Dalam hal ini Tentara bekerjasama dengan tokoh desa yang
memiliki daftar nama orang-orang yang dituduh simpatisan PKI. Sebelum
dieksekusi, mereka diintrogasi di markas militer setempat. Tentu saja dengan
siksaan dan pukulan yang tak jarang menyebabkan korban terluka dan pingsan.
Mereka yang sudah tidak berdaya ini kemudian di
"bon" untuk dieksekusi di sebuah tepian sungai di Klaten. Eksekusi
dilakukan pada tengah malam. Pria wanita, tua muda, PKI Atau yang dituduh PKI
semua dihabisi disini dihadapan regu tembak. Mayatnya kemudian dibuang di kali.
Itulah mengapa film ini dinamakan Tragedi Kali Abang.
Film ini mencoba untuk berdiri dalam posisi yang netral.
Tidak memihak manapun melainkan dibuat berdasarkan Based in True Story.Film
ini bukan hanya sekedar untuk memenuhi nilai mahasiswa dan sebagai produk mata
kuliah. Namun untuk kembali mengingatkan perlunya sebuah pelurusan sejarah
tentang peristiwa kelam pada pertengahan 1965 itu dan penggambaran situasinya
di daerah-daerah. Sebab selama ini film dari periode waktu serupa yang
ditayangkan secara luas seperti Film garapan Arifin C Noer Gerakan 30 September
PKI hanya terpusat kekacauan masyarakat di pusat atau kota-kota besar saja.

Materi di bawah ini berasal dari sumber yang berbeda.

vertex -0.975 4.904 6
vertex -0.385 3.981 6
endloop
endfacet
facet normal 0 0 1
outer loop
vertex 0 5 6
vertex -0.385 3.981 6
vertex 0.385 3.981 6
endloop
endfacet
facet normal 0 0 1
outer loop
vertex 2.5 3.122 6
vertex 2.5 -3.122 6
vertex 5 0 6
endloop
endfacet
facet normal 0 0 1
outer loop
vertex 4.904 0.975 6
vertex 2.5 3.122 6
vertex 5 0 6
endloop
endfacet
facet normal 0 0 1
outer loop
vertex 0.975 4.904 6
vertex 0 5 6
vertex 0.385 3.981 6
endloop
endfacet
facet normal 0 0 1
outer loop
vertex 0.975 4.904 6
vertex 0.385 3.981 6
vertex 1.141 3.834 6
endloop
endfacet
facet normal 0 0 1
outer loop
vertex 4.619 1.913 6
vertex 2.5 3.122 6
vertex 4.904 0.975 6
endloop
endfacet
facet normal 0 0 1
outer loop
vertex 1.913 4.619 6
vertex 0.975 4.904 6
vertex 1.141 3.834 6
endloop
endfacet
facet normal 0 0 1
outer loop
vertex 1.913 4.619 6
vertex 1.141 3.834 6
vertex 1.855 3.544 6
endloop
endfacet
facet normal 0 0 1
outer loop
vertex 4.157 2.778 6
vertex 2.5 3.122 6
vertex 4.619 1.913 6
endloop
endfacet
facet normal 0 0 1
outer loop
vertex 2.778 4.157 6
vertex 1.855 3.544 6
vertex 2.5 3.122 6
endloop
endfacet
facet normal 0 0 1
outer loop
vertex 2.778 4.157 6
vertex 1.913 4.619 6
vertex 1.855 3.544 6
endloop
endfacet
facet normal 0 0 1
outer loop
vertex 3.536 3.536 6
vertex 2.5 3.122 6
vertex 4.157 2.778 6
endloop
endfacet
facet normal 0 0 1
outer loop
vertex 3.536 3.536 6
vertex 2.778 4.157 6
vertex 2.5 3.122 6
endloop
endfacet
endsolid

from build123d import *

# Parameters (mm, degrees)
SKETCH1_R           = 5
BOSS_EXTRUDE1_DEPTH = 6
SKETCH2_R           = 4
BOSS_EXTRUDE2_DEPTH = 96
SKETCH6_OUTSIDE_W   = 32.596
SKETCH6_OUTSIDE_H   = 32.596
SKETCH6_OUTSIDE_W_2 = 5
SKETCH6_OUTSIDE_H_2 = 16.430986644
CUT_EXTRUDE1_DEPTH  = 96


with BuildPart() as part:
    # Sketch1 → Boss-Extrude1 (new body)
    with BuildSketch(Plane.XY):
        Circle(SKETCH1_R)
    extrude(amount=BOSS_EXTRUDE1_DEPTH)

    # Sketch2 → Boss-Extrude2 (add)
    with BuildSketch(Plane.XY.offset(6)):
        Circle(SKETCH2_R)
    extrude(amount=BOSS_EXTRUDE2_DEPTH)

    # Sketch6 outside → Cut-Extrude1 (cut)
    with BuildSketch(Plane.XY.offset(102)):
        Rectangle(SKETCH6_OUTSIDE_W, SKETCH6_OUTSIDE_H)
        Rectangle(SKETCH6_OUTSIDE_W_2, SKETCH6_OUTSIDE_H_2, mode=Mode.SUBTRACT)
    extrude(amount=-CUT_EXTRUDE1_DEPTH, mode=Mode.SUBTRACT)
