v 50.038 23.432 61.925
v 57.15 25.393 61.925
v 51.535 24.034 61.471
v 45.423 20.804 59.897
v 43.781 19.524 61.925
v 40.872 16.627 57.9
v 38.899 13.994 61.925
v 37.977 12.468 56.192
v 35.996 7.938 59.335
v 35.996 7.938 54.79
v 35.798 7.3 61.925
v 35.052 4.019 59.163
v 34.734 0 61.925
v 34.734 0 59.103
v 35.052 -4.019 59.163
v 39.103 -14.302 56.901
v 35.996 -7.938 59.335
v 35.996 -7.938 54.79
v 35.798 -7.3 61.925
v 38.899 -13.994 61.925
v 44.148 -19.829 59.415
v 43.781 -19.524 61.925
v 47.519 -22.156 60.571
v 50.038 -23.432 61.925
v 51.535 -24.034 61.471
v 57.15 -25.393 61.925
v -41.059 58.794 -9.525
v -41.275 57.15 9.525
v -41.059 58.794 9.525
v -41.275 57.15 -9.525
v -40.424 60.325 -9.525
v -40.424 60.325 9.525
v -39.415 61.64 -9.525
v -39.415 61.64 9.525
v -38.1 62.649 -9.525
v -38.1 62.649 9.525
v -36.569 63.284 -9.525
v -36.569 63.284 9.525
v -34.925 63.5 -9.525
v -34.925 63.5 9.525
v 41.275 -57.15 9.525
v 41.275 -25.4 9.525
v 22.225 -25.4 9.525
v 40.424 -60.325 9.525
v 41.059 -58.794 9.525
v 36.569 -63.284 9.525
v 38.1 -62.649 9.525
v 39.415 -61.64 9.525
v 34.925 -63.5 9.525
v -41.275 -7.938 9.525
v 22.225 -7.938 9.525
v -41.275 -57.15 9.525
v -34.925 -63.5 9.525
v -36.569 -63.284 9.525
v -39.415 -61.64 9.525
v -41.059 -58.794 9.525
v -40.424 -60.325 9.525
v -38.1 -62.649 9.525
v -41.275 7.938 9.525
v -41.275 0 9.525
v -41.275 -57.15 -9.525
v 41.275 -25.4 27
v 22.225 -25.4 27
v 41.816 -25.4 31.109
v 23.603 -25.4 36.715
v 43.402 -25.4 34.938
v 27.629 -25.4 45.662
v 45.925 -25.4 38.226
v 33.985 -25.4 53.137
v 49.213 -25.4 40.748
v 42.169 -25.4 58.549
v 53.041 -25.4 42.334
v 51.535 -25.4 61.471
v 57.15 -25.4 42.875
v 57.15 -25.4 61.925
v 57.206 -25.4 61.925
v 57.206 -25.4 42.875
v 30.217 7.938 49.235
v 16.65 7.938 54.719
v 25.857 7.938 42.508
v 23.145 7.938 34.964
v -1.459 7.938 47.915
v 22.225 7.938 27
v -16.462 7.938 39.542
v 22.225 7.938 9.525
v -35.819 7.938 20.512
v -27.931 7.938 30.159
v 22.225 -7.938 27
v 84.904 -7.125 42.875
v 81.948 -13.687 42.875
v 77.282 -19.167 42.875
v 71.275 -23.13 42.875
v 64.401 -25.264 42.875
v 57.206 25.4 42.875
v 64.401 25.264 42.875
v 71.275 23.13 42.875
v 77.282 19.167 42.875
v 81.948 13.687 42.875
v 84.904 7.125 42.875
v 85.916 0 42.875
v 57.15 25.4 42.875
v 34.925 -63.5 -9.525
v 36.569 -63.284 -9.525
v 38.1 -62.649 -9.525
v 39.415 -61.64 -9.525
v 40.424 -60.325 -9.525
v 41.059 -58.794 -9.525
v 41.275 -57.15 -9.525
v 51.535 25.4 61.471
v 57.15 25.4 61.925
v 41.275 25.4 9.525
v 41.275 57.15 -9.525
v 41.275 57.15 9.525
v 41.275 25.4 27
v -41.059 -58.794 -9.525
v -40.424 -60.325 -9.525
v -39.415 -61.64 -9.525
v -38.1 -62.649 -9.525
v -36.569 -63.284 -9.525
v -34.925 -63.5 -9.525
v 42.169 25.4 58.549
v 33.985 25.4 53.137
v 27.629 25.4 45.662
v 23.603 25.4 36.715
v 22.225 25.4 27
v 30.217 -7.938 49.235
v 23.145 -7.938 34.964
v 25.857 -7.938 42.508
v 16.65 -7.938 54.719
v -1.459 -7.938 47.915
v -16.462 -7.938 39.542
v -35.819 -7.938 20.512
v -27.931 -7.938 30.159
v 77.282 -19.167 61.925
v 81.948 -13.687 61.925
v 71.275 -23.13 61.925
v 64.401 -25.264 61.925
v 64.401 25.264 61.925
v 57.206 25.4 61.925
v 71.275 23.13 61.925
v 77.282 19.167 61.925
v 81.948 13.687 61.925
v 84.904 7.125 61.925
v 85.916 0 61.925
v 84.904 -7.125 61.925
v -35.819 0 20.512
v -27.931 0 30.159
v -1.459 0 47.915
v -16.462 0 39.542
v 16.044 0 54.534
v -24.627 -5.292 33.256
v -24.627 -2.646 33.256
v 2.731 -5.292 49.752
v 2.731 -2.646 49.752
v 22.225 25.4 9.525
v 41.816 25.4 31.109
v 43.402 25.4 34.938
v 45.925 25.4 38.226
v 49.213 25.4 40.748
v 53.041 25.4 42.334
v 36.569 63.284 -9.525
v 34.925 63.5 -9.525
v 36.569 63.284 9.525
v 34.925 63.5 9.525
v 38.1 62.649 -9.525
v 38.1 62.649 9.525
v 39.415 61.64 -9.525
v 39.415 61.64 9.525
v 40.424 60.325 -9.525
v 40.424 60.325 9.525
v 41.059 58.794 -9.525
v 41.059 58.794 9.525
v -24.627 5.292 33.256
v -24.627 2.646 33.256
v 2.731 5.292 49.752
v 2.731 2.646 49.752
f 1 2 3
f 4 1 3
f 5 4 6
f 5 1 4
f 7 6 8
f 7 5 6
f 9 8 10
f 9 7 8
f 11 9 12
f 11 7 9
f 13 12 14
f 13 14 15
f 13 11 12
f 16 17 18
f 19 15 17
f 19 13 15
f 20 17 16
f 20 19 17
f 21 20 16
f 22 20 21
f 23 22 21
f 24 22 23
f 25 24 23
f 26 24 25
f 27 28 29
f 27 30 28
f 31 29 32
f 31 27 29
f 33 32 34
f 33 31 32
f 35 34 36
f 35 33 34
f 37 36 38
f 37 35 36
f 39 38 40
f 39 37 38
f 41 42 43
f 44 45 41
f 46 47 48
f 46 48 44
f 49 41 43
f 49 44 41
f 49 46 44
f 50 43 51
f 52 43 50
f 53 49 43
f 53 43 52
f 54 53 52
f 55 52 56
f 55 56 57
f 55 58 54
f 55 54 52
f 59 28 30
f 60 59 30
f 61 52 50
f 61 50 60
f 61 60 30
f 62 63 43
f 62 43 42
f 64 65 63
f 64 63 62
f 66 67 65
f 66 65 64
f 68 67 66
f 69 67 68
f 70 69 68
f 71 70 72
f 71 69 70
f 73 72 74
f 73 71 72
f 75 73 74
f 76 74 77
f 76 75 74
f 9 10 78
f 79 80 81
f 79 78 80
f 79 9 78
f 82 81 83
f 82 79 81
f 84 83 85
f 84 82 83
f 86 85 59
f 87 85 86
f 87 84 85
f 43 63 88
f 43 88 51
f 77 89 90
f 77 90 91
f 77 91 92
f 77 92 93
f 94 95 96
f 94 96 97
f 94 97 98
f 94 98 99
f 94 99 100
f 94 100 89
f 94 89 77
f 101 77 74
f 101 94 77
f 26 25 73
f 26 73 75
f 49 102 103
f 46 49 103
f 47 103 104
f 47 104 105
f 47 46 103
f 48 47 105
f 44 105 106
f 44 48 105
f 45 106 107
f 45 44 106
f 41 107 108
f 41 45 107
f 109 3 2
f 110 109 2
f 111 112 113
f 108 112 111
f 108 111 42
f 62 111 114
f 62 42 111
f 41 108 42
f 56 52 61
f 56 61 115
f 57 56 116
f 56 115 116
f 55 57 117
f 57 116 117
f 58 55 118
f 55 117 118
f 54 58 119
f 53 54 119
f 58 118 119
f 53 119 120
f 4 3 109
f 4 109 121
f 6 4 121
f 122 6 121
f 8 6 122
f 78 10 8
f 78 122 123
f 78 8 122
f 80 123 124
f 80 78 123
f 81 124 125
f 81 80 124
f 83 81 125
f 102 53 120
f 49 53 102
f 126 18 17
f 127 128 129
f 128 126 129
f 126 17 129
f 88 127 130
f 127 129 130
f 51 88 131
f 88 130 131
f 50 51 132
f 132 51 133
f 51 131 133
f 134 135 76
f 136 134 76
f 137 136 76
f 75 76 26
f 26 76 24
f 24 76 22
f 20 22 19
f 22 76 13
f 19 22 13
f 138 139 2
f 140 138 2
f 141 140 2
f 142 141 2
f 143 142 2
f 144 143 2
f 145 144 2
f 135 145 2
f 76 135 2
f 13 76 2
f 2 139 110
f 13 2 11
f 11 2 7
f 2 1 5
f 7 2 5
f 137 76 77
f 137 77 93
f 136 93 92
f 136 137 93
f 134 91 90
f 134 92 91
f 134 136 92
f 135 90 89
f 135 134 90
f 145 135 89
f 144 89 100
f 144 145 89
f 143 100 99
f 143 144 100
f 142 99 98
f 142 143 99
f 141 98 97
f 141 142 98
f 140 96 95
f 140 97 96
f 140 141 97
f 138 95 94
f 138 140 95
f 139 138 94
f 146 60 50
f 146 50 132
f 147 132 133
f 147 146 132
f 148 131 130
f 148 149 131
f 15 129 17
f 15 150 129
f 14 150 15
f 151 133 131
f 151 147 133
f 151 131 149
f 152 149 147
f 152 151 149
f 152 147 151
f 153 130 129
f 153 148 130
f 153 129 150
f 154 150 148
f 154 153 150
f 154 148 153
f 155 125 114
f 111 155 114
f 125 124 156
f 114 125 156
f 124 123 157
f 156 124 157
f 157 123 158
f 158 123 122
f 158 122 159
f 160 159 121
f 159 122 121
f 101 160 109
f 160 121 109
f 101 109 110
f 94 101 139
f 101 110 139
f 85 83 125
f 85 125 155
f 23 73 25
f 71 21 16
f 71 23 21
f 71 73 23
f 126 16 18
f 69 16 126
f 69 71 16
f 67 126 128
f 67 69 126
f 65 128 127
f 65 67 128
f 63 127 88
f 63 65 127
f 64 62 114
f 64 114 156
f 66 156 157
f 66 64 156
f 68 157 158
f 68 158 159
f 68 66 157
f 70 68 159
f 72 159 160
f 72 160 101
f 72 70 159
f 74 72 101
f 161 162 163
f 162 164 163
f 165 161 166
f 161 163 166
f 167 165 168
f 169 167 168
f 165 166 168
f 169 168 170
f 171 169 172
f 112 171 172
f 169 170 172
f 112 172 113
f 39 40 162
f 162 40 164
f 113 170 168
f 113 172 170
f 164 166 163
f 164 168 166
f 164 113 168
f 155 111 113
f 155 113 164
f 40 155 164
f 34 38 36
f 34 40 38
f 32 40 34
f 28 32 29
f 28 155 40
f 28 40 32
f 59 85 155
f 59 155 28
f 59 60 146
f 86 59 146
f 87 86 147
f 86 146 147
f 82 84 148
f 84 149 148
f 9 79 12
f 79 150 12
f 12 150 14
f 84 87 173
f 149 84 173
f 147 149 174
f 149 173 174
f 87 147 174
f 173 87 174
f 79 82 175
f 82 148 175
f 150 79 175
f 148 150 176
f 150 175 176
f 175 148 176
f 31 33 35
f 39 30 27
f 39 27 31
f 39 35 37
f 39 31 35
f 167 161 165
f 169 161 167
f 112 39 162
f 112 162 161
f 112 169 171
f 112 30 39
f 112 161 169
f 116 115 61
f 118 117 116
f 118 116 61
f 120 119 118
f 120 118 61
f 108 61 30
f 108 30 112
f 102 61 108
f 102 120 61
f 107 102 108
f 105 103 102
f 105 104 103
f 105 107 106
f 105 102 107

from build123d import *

# Parameters (mm, degrees)
F1_DEPTH = 63.5
F2_DEPTH = 25.4
F3_DEPTH = 7.9375
F0_W     = 25.5907994721
F0_H     = 19.05
F5_R     = 6.35


with BuildPart() as f1:
    # F0 (on Front) → F1 (new body, symmetric)
    with BuildSketch(Plane.XZ):
        Polygon((22.225, 9.525), (-41.275, 9.525), (-41.275, -9.525), (41.275, -9.525), (41.275, 9.525), align=None)
    extrude(amount=F1_DEPTH, both=True)

    # F0 (on Front) → F2 (join, symmetric)
    with BuildSketch(Plane.XZ):
        with BuildLine():
            Line((22.225, 27.0002), (22.225, 9.525))
            Line((22.225, 9.525), (41.275, 9.525))
            Line((41.275, 9.525), (41.275, 27.0002))
            ThreePointArc((41.275, 27.0002), (45.9246798487, 38.2255201513), (57.15, 42.8752))
            Line((57.15, 42.8752), (60.325, 42.8752))
            Line((60.325, 42.8752), (60.325, 61.9252))
            Line((60.325, 61.9252), (57.15, 61.9252))
            add(Edge.make_bspline(
                [(51.5354770489, 61.4709521971), (53.4127539881, 61.6507047986), (55.2854096398, 61.802043629), (57.15, 61.9252)],
                knots=[106.4817518013, 106.4817518013, 106.4817518013, 106.4817518013, 111.5045361635, 111.5045361635, 111.5045361635, 111.5045361635], degree=3))
            ThreePointArc((51.5354770489, 61.4709521971), (30.5432072671, 49.6239531251), (22.225, 27.0002))
        make_face()
    extrude(amount=F2_DEPTH, both=True)

    # F0 (on Front) → F3 (join, symmetric)
    with BuildSketch(Plane.XZ):
        with BuildLine():
            add(Edge.make_bspline(
                [(-41.275, 9.525), (-30.1370525235, 41.0795542305), (11.7376830989, 57.6602427342), (51.5354770489, 61.4709521971)],
                knots=[0, 0, 0, 0, 106.4817518013, 106.4817518013, 106.4817518013, 106.4817518013], degree=3))
            Line((-41.275, 9.525), (22.225, 9.525))
            Line((22.225, 9.525), (22.225, 27.0002))
            ThreePointArc((22.225, 27.0002), (30.5432072671, 49.6239531251), (51.5354770489, 61.4709521971))
        make_face()
    extrude(amount=F3_DEPTH, both=True)

    # F0 (on Front) → F4 (revolve)
    with BuildSketch(Plane.XZ):
        with Locations((73.120399736, 52.4002)):
            Rectangle(F0_W, F0_H)
    revolve(axis=Axis((60.325, 0, 52.3875), (0, 0, 1)))

    # F5
    f5_edges = [f1.edges().sort_by_distance(p)[0] for p in [
        (41.275, -63.5, 0),
        (-41.275, -63.5, 0),
        (-41.275, 63.5, 0),
        (41.275, 63.5, 0),
    ]]
    fillet(f5_edges, radius=F5_R)


solid = f1.part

Well....film ini memang bukan dibuat secara professional,
apalagi lulus sensor dari LSFN. Juga tidak mengedepankan sisi hiburan, melainkan
mengendapkan sejarah dan peristiwanya. Bahasa yang digunakan bahasa Indonesia
dan Bahasa Jawa, namun yang sudah umum dan mudah dimengerti. Tapi anda bisa
bayangkan Film ini dibuat hanya 2 bulan oleh kurang lebih 40an mahasiswa yang
bukan spesialisasi mahasiswa Perfilman. Applaus!